Workflow+ Architect
Herausforderung
Die büro+ ERP-Benutzer von AlphaCom mussten Workflow+-Automatisierungsskripte schreiben – eine Aufgabe, die Kenntnisse von Hunderten proprietärer Befehle mit spezialisierter Syntax erfordert. Die Lernkurve war steil, die Skriptentwicklung dauerte Stunden oder Tage, und Fehler waren häufig.
Lösung
Ich konzipierte und entwickelte Workflow+ Architect, ein Multi-Agenten-KI-System, bei dem ein dynamischer Supervisor spezialisierte Worker-Agenten parallel orchestriert. Das System durchsucht Dokumentationen, ruft Musterbeispiele ab und inspiziert Datenbankschemas bei Bedarf. Eine Evidence-Only-Validierungsschicht stellt sicher, dass generierter Code nur Befehle verwenden kann, die durch Dokumentationssuche verifiziert wurden, und fängt Halluzinationen ab, bevor sie den Benutzer erreichen. Pinned File State und kontextverankertes Editieren lösen die hartnäckigen Probleme von LLM-Gedächtnisdrift und Zeilennummer-Fehlzählung.
Ergebnis
Die Skriptgenerierung sank von Stunden auf Minuten. Die optimierte Sucharchitektur reduziert LLM-API-Aufrufe signifikant durch Caching und Wiederverwendung von Suchergebnissen. Das Evidence-Validierungssystem fängt Halluzinationen ab, indem es nur Befehle zulässt, die in der Dokumentation gefunden wurden. Eine kontinuierliche Lernpipeline erfasst Benutzerkorrekturen und extrahiert verallgemeinerbare Muster, sodass sich das System mit der Nutzung verbessert. Das Projekt läuft in Produktion mit vollständiger Observability via OpenTelemetry, Prometheus und Grafana-Dashboards.
Wichtige Highlights
Multi-Agenten-Orchestrierung
Ein dynamischer Supervisor analysiert Anfragen und spawnt spezialisierte Worker parallel – Dokumentationssuche, Beispielabruf und Schema-Inspektion – und synthetisiert Ergebnisse zu kohärenten Antworten.

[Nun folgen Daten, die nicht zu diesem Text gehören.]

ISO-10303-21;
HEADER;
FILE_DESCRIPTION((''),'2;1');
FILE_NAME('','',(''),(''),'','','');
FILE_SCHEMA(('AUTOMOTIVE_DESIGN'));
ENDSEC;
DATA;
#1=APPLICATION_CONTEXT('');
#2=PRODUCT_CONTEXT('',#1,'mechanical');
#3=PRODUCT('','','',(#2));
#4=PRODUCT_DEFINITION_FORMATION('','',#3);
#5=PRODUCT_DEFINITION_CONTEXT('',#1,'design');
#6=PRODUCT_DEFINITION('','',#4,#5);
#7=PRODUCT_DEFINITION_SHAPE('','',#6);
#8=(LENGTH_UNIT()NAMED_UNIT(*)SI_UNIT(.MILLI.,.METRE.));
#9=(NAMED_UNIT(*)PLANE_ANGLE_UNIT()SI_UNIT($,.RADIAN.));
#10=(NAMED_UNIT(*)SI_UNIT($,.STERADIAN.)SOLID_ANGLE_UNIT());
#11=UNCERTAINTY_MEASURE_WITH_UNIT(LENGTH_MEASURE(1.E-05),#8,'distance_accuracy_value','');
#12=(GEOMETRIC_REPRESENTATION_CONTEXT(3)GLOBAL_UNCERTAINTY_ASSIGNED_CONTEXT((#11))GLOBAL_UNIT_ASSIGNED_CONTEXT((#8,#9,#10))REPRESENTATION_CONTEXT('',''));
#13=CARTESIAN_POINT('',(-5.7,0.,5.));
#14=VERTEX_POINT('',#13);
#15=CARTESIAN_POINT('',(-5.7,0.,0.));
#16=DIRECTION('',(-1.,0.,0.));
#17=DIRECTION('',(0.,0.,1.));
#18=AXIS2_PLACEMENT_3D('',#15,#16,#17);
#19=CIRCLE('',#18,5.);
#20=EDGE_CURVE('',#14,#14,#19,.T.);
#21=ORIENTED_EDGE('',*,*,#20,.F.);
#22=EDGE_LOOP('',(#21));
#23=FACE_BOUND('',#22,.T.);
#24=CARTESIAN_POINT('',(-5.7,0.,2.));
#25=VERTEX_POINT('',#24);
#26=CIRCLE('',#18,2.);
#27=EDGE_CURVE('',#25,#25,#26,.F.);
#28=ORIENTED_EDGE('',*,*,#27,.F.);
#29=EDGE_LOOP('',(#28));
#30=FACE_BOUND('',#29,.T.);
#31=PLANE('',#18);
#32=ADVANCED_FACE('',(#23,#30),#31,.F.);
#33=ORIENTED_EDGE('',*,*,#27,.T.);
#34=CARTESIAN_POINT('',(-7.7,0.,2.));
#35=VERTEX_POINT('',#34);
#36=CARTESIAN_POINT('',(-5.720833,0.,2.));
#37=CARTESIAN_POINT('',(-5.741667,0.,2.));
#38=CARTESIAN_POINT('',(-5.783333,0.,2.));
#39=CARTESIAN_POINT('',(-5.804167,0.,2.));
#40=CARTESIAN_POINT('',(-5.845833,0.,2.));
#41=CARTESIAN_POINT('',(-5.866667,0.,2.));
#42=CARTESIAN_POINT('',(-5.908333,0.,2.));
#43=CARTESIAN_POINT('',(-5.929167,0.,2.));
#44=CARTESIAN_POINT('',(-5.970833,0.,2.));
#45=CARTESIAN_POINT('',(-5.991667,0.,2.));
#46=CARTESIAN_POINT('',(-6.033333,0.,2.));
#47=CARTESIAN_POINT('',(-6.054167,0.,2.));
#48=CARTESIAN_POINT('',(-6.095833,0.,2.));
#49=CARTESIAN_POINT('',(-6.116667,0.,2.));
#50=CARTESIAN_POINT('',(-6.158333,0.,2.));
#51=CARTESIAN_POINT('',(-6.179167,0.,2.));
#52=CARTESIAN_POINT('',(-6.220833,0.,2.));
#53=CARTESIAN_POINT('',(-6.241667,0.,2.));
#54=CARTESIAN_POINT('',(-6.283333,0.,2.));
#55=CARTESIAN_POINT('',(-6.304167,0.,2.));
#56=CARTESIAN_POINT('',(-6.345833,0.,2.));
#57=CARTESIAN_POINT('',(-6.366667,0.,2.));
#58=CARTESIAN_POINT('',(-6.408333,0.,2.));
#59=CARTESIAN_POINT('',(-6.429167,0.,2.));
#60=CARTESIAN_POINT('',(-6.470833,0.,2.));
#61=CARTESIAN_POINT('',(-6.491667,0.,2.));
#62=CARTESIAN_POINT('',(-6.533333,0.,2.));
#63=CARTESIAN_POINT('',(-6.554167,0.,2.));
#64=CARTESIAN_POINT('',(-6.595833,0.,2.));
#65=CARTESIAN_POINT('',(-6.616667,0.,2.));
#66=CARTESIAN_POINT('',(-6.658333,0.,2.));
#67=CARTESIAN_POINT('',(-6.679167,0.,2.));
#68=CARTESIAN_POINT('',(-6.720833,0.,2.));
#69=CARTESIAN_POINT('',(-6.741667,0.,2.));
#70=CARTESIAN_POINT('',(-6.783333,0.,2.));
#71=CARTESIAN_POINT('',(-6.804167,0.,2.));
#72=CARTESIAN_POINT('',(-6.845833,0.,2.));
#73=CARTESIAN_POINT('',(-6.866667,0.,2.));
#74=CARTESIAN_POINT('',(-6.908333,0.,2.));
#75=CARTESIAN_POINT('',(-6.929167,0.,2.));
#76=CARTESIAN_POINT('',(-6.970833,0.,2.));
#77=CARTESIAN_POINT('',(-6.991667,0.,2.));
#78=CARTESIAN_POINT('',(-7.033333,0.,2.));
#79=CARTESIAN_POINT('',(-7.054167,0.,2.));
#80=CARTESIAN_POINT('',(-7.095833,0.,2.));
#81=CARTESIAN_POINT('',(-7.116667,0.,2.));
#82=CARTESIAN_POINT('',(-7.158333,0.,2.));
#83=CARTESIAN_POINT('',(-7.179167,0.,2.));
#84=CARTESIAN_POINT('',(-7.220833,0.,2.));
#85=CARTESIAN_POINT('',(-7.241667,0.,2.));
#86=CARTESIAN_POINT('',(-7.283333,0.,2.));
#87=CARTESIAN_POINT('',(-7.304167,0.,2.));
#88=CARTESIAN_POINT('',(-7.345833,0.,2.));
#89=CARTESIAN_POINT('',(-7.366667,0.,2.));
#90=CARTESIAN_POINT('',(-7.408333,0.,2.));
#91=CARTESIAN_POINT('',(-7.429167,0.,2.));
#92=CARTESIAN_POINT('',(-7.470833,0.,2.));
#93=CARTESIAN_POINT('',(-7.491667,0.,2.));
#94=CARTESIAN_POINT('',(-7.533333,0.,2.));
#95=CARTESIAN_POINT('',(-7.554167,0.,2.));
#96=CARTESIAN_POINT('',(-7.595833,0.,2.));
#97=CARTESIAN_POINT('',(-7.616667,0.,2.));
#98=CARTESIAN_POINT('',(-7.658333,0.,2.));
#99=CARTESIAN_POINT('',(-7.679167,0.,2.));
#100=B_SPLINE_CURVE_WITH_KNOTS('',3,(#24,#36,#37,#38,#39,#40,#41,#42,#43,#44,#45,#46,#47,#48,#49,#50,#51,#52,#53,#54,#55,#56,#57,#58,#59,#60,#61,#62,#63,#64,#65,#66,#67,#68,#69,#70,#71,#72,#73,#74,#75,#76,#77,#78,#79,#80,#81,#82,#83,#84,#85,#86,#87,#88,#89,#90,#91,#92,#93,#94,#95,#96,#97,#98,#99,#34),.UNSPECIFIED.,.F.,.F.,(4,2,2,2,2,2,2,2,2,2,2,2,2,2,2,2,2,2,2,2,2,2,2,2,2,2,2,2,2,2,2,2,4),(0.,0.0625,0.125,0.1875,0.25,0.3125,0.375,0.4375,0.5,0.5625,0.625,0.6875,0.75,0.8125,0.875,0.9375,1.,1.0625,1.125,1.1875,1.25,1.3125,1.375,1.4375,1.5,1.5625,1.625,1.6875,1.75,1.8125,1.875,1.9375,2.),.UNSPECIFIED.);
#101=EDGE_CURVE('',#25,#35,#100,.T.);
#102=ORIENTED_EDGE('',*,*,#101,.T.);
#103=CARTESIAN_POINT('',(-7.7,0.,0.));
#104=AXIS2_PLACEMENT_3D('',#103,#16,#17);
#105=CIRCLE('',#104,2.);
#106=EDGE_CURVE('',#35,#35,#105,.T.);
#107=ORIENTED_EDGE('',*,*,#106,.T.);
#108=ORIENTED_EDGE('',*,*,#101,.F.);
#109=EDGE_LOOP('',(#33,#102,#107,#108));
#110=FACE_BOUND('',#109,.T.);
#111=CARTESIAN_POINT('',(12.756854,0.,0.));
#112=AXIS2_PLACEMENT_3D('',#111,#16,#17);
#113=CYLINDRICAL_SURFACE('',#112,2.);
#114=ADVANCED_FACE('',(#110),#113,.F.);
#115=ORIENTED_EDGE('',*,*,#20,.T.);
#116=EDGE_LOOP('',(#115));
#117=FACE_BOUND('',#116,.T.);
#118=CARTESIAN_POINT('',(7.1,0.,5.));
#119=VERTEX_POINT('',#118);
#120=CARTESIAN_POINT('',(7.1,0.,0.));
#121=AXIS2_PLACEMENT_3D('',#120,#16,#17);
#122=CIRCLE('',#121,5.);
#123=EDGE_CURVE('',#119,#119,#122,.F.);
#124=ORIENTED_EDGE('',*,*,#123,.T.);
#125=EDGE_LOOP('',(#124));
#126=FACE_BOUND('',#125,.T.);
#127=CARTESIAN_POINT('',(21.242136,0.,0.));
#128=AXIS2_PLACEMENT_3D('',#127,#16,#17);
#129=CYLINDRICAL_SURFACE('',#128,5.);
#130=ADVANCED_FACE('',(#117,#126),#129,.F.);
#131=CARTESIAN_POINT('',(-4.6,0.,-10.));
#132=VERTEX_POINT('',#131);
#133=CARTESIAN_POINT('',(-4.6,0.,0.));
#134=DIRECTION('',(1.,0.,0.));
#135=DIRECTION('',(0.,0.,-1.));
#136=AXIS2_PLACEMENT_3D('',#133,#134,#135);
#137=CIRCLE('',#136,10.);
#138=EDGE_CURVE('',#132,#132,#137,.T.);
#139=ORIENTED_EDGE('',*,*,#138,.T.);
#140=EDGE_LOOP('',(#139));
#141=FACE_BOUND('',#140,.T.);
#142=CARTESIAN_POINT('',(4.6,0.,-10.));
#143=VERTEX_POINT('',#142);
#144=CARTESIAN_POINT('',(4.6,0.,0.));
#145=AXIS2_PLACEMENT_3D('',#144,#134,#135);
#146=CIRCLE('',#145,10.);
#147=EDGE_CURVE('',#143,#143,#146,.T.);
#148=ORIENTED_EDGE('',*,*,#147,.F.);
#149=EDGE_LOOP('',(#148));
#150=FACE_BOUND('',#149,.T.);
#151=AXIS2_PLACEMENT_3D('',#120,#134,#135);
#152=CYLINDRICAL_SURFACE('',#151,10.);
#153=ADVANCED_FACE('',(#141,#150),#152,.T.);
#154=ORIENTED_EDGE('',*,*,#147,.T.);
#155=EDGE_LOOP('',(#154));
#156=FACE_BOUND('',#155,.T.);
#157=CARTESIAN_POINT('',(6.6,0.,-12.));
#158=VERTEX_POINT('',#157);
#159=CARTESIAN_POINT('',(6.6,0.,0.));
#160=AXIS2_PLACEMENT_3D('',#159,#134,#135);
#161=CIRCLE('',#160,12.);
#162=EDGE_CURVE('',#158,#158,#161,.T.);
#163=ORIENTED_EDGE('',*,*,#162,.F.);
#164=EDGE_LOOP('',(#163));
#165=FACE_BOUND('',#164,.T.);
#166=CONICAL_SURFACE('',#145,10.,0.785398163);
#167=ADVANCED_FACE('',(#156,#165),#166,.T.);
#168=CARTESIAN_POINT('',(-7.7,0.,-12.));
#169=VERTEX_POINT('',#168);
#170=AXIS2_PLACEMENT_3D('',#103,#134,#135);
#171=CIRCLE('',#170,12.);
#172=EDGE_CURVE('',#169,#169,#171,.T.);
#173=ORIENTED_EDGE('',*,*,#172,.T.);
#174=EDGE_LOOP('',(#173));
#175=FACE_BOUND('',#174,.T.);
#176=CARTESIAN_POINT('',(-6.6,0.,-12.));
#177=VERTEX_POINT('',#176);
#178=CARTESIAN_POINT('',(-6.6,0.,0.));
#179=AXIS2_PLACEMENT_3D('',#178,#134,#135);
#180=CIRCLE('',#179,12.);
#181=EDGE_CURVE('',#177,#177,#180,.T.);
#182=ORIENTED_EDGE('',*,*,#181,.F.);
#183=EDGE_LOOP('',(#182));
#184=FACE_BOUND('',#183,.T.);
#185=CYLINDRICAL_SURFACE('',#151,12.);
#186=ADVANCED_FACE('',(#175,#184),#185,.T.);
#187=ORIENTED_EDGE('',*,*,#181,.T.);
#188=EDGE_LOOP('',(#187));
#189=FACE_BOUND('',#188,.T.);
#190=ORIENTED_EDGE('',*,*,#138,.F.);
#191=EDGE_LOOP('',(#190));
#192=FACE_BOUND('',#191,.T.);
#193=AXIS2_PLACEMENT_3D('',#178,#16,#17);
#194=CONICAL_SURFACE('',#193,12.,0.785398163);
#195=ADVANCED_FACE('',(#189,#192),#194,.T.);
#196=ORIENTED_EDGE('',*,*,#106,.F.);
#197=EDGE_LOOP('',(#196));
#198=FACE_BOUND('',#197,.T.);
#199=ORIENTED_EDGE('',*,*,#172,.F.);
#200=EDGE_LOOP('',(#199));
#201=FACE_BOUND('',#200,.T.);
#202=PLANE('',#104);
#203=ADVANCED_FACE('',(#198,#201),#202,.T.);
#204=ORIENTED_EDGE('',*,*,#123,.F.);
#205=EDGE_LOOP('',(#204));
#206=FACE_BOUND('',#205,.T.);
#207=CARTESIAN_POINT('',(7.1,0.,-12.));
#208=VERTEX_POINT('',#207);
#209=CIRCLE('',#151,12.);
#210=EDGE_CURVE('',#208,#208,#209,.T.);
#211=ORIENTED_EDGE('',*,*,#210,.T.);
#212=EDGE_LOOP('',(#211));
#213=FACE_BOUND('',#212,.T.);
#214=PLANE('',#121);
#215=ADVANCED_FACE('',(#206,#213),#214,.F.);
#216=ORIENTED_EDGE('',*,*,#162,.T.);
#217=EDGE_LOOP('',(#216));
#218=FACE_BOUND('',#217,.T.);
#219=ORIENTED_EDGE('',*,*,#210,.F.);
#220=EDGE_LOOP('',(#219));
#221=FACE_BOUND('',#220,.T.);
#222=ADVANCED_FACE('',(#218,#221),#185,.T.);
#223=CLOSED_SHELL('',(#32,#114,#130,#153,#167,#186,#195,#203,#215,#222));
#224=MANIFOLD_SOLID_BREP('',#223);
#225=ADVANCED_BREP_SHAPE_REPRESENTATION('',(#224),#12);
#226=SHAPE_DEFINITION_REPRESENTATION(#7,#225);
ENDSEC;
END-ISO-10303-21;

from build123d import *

# Parameters (mm, degrees)
SKETCH3_R          = 2
CUT_EXTRUDE1_DEPTH = 14.8
CUT_EXTRUDE2_START = -2
SKETCH4_R          = 5
CUT_EXTRUDE2_DEPTH = 12.8


with BuildPart() as part:
    # Sketch2 → Revolve1 (revolve)
    with BuildSketch(Plane(origin=(0, 0, 0), x_dir=(1, 0, 0), z_dir=(0, 1, 0))):
        Polygon((-7.7, 12), (-7.7, 0), (-7.1, 0), (7.1, 0), (7.1, 12), (6.6, 12), (4.6, 10), (-4.6, 10), (-6.6, 12), (-7.1, 12), align=None)
    revolve(axis=Axis((7.1, 0, 0), (-1, 0, 0)))

    # Sketch3 → Cut-Extrude1 (cut)
    with BuildSketch(Plane.ZY.offset(7.7)):
        Circle(SKETCH3_R)
    extrude(amount=-CUT_EXTRUDE1_DEPTH, mode=Mode.SUBTRACT)

    # Sketch4 → Cut-Extrude2 (cut)
    with BuildSketch(Plane.ZY.offset(7.7).offset(CUT_EXTRUDE2_START)):
        Circle(SKETCH4_R)
    extrude(amount=-CUT_EXTRUDE2_DEPTH, mode=Mode.SUBTRACT)


solid = part.part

Intelligente Sucharchitektur
Zweischichtige Suche kombiniert BM25-Volltext- und Vektor-Embeddings mit Reciprocal Rank Fusion. HyDE generiert hypothetische Dokumentation für besseren Recall, während gestufte Eskalation und ein 1000-Einträge-Embedding-Cache API-Aufrufe um ~50% reduzieren.
Semantische Selbstverifikation
Ein kleines LLM extrahiert Befehlsaufrufe semantisch aus generiertem Code – versteht Struktur statt Pattern-Matching. Erkennt ~80% halluzinierter Befehle, die Regex übersehen würde.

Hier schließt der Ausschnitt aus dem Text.